◆ To do ◆
Make an exact copy of every entry, from the first line to the last.
┌──
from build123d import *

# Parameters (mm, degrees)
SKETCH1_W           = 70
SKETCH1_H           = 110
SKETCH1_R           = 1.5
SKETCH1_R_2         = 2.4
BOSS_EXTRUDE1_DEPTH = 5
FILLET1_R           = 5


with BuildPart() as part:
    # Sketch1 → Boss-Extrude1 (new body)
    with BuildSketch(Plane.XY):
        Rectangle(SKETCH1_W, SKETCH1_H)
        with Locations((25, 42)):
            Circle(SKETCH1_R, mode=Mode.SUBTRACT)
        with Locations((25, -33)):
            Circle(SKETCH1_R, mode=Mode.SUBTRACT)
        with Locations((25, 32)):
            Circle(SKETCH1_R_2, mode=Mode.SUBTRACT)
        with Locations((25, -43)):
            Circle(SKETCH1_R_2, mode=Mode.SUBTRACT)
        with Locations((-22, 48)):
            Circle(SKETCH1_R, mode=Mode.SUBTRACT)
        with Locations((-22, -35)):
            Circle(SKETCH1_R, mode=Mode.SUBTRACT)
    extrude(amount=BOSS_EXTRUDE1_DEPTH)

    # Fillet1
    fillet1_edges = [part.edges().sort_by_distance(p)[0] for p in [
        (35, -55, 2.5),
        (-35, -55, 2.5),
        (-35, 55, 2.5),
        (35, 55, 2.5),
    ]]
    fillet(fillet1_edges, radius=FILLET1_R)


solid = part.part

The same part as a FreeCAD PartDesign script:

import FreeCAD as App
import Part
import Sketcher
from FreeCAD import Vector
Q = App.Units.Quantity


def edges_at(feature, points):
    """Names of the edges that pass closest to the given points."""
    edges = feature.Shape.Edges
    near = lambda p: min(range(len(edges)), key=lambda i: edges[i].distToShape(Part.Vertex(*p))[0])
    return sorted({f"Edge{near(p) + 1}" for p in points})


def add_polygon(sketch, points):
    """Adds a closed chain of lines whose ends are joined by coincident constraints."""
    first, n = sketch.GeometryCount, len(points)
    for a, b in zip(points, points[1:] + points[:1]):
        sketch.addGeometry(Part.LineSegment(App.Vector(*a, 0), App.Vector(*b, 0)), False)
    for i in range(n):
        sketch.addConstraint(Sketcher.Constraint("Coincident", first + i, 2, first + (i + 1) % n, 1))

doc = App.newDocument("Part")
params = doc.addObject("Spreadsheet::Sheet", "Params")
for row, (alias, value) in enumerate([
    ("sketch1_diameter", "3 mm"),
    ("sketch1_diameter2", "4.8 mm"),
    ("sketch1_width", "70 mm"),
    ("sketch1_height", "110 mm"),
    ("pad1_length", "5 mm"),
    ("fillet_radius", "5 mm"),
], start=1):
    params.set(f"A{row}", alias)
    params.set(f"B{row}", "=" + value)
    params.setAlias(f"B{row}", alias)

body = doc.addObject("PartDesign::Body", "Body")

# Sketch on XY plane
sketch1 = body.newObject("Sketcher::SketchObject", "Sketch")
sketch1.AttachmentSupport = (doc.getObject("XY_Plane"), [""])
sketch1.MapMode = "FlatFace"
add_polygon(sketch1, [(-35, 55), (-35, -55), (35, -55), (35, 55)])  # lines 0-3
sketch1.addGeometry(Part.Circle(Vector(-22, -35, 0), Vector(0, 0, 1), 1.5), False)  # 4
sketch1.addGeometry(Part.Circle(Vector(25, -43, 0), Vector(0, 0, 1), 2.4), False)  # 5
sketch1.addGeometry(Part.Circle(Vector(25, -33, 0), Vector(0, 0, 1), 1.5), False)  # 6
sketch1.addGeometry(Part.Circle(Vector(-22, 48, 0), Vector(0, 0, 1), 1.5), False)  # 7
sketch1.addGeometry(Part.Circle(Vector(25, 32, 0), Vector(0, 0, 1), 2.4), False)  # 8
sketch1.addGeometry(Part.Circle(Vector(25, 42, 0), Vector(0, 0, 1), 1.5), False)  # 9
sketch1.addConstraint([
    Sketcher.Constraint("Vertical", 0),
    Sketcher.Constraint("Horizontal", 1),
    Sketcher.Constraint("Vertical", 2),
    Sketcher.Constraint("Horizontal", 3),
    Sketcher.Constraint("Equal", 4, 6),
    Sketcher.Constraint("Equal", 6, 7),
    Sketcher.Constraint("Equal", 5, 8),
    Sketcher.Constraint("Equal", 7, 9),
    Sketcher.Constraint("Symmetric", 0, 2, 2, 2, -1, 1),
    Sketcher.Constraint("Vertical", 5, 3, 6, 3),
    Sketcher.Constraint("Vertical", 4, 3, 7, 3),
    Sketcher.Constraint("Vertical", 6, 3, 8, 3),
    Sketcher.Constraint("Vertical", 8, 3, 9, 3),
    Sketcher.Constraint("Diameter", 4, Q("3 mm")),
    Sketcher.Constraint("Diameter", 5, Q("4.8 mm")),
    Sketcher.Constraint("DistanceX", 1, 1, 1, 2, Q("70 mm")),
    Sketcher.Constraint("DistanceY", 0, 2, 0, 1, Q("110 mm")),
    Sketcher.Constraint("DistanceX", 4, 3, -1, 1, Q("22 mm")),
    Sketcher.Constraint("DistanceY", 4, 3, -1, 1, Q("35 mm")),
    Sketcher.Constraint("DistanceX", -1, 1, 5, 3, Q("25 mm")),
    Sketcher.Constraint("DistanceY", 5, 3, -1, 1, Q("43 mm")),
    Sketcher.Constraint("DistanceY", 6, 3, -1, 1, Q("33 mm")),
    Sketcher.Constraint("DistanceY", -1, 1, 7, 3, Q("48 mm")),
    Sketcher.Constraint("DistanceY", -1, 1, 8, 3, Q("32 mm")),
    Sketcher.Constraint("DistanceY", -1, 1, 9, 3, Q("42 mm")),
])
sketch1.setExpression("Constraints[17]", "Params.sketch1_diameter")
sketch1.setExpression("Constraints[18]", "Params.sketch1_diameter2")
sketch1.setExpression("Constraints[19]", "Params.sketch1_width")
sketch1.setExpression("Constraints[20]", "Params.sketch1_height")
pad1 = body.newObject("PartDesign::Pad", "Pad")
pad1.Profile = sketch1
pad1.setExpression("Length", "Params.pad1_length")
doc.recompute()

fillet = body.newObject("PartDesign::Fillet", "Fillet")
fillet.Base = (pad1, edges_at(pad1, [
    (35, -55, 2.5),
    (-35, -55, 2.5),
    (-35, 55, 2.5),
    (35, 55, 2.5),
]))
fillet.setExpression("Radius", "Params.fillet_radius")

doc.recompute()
└──
◆ Solution to the problem ◆
from build123d import *

# Parameters (mm, degrees)
SKETCH1_W           = 70
SKETCH1_H           = 110
SKETCH1_R           = 1.5
SKETCH1_R_2         = 2.4
BOSS_EXTRUDE1_DEPTH = 5
FILLET1_R           = 5


with BuildPart() as part:
    # Sketch1 → Boss-Extrude1 (new body)
    with BuildSketch(Plane.XY):
        Rectangle(SKETCH1_W, SKETCH1_H)
        with Locations((25, 42)):
            Circle(SKETCH1_R, mode=Mode.SUBTRACT)
        with Locations((25, -33)):
            Circle(SKETCH1_R, mode=Mode.SUBTRACT)
        with Locations((25, 32)):
            Circle(SKETCH1_R_2, mode=Mode.SUBTRACT)
        with Locations((25, -43)):
            Circle(SKETCH1_R_2, mode=Mode.SUBTRACT)
        with Locations((-22, 48)):
            Circle(SKETCH1_R, mode=Mode.SUBTRACT)
        with Locations((-22, -35)):
            Circle(SKETCH1_R, mode=Mode.SUBTRACT)
    extrude(amount=BOSS_EXTRUDE1_DEPTH)

    # Fillet1
    fillet1_edges = [part.edges().sort_by_distance(p)[0] for p in [
        (35, -55, 2.5),
        (-35, -55, 2.5),
        (-35, 55, 2.5),
        (35, 55, 2.5),
    ]]
    fillet(fillet1_edges, radius=FILLET1_R)


solid = part.part

The same part as a FreeCAD PartDesign script:

import FreeCAD as App
import Part
import Sketcher
from FreeCAD import Vector
Q = App.Units.Quantity


def edges_at(feature, points):
    """Names of the edges that pass closest to the given points."""
    edges = feature.Shape.Edges
    near = lambda p: min(range(len(edges)), key=lambda i: edges[i].distToShape(Part.Vertex(*p))[0])
    return sorted({f"Edge{near(p) + 1}" for p in points})


def add_polygon(sketch, points):
    """Adds a closed chain of lines whose ends are joined by coincident constraints."""
    first, n = sketch.GeometryCount, len(points)
    for a, b in zip(points, points[1:] + points[:1]):
        sketch.addGeometry(Part.LineSegment(App.Vector(*a, 0), App.Vector(*b, 0)), False)
    for i in range(n):
        sketch.addConstraint(Sketcher.Constraint("Coincident", first + i, 2, first + (i + 1) % n, 1))

doc = App.newDocument("Part")
params = doc.addObject("Spreadsheet::Sheet", "Params")
for row, (alias, value) in enumerate([
    ("sketch1_diameter", "3 mm"),
    ("sketch1_diameter2", "4.8 mm"),
    ("sketch1_width", "70 mm"),
    ("sketch1_height", "110 mm"),
    ("pad1_length", "5 mm"),
    ("fillet_radius", "5 mm"),
], start=1):
    params.set(f"A{row}", alias)
    params.set(f"B{row}", "=" + value)
    params.setAlias(f"B{row}", alias)

body = doc.addObject("PartDesign::Body", "Body")

# Sketch on XY plane
sketch1 = body.newObject("Sketcher::SketchObject", "Sketch")
sketch1.AttachmentSupport = (doc.getObject("XY_Plane"), [""])
sketch1.MapMode = "FlatFace"
add_polygon(sketch1, [(-35, 55), (-35, -55), (35, -55), (35, 55)])  # lines 0-3
sketch1.addGeometry(Part.Circle(Vector(-22, -35, 0), Vector(0, 0, 1), 1.5), False)  # 4
sketch1.addGeometry(Part.Circle(Vector(25, -43, 0), Vector(0, 0, 1), 2.4), False)  # 5
sketch1.addGeometry(Part.Circle(Vector(25, -33, 0), Vector(0, 0, 1), 1.5), False)  # 6
sketch1.addGeometry(Part.Circle(Vector(-22, 48, 0), Vector(0, 0, 1), 1.5), False)  # 7
sketch1.addGeometry(Part.Circle(Vector(25, 32, 0), Vector(0, 0, 1), 2.4), False)  # 8
sketch1.addGeometry(Part.Circle(Vector(25, 42, 0), Vector(0, 0, 1), 1.5), False)  # 9
sketch1.addConstraint([
    Sketcher.Constraint("Vertical", 0),
    Sketcher.Constraint("Horizontal", 1),
    Sketcher.Constraint("Vertical", 2),
    Sketcher.Constraint("Horizontal", 3),
    Sketcher.Constraint("Equal", 4, 6),
    Sketcher.Constraint("Equal", 6, 7),
    Sketcher.Constraint("Equal", 5, 8),
    Sketcher.Constraint("Equal", 7, 9),
    Sketcher.Constraint("Symmetric", 0, 2, 2, 2, -1, 1),
    Sketcher.Constraint("Vertical", 5, 3, 6, 3),
    Sketcher.Constraint("Vertical", 4, 3, 7, 3),
    Sketcher.Constraint("Vertical", 6, 3, 8, 3),
    Sketcher.Constraint("Vertical", 8, 3, 9, 3),
    Sketcher.Constraint("Diameter", 4, Q("3 mm")),
    Sketcher.Constraint("Diameter", 5, Q("4.8 mm")),
    Sketcher.Constraint("DistanceX", 1, 1, 1, 2, Q("70 mm")),
    Sketcher.Constraint("DistanceY", 0, 2, 0, 1, Q("110 mm")),
    Sketcher.Constraint("DistanceX", 4, 3, -1, 1, Q("22 mm")),
    Sketcher.Constraint("DistanceY", 4, 3, -1, 1, Q("35 mm")),
    Sketcher.Constraint("DistanceX", -1, 1, 5, 3, Q("25 mm")),
    Sketcher.Constraint("DistanceY", 5, 3, -1, 1, Q("43 mm")),
    Sketcher.Constraint("DistanceY", 6, 3, -1, 1, Q("33 mm")),
    Sketcher.Constraint("DistanceY", -1, 1, 7, 3, Q("48 mm")),
    Sketcher.Constraint("DistanceY", -1, 1, 8, 3, Q("32 mm")),
    Sketcher.Constraint("DistanceY", -1, 1, 9, 3, Q("42 mm")),
])
sketch1.setExpression("Constraints[17]", "Params.sketch1_diameter")
sketch1.setExpression("Constraints[18]", "Params.sketch1_diameter2")
sketch1.setExpression("Constraints[19]", "Params.sketch1_width")
sketch1.setExpression("Constraints[20]", "Params.sketch1_height")
pad1 = body.newObject("PartDesign::Pad", "Pad")
pad1.Profile = sketch1
pad1.setExpression("Length", "Params.pad1_length")
doc.recompute()

fillet = body.newObject("PartDesign::Fillet", "Fillet")
fillet.Base = (pad1, edges_at(pad1, [
    (35, -55, 2.5),
    (-35, -55, 2.5),
    (-35, 55, 2.5),
    (35, 55, 2.5),
]))
fillet.setExpression("Radius", "Params.fillet_radius")

doc.recompute()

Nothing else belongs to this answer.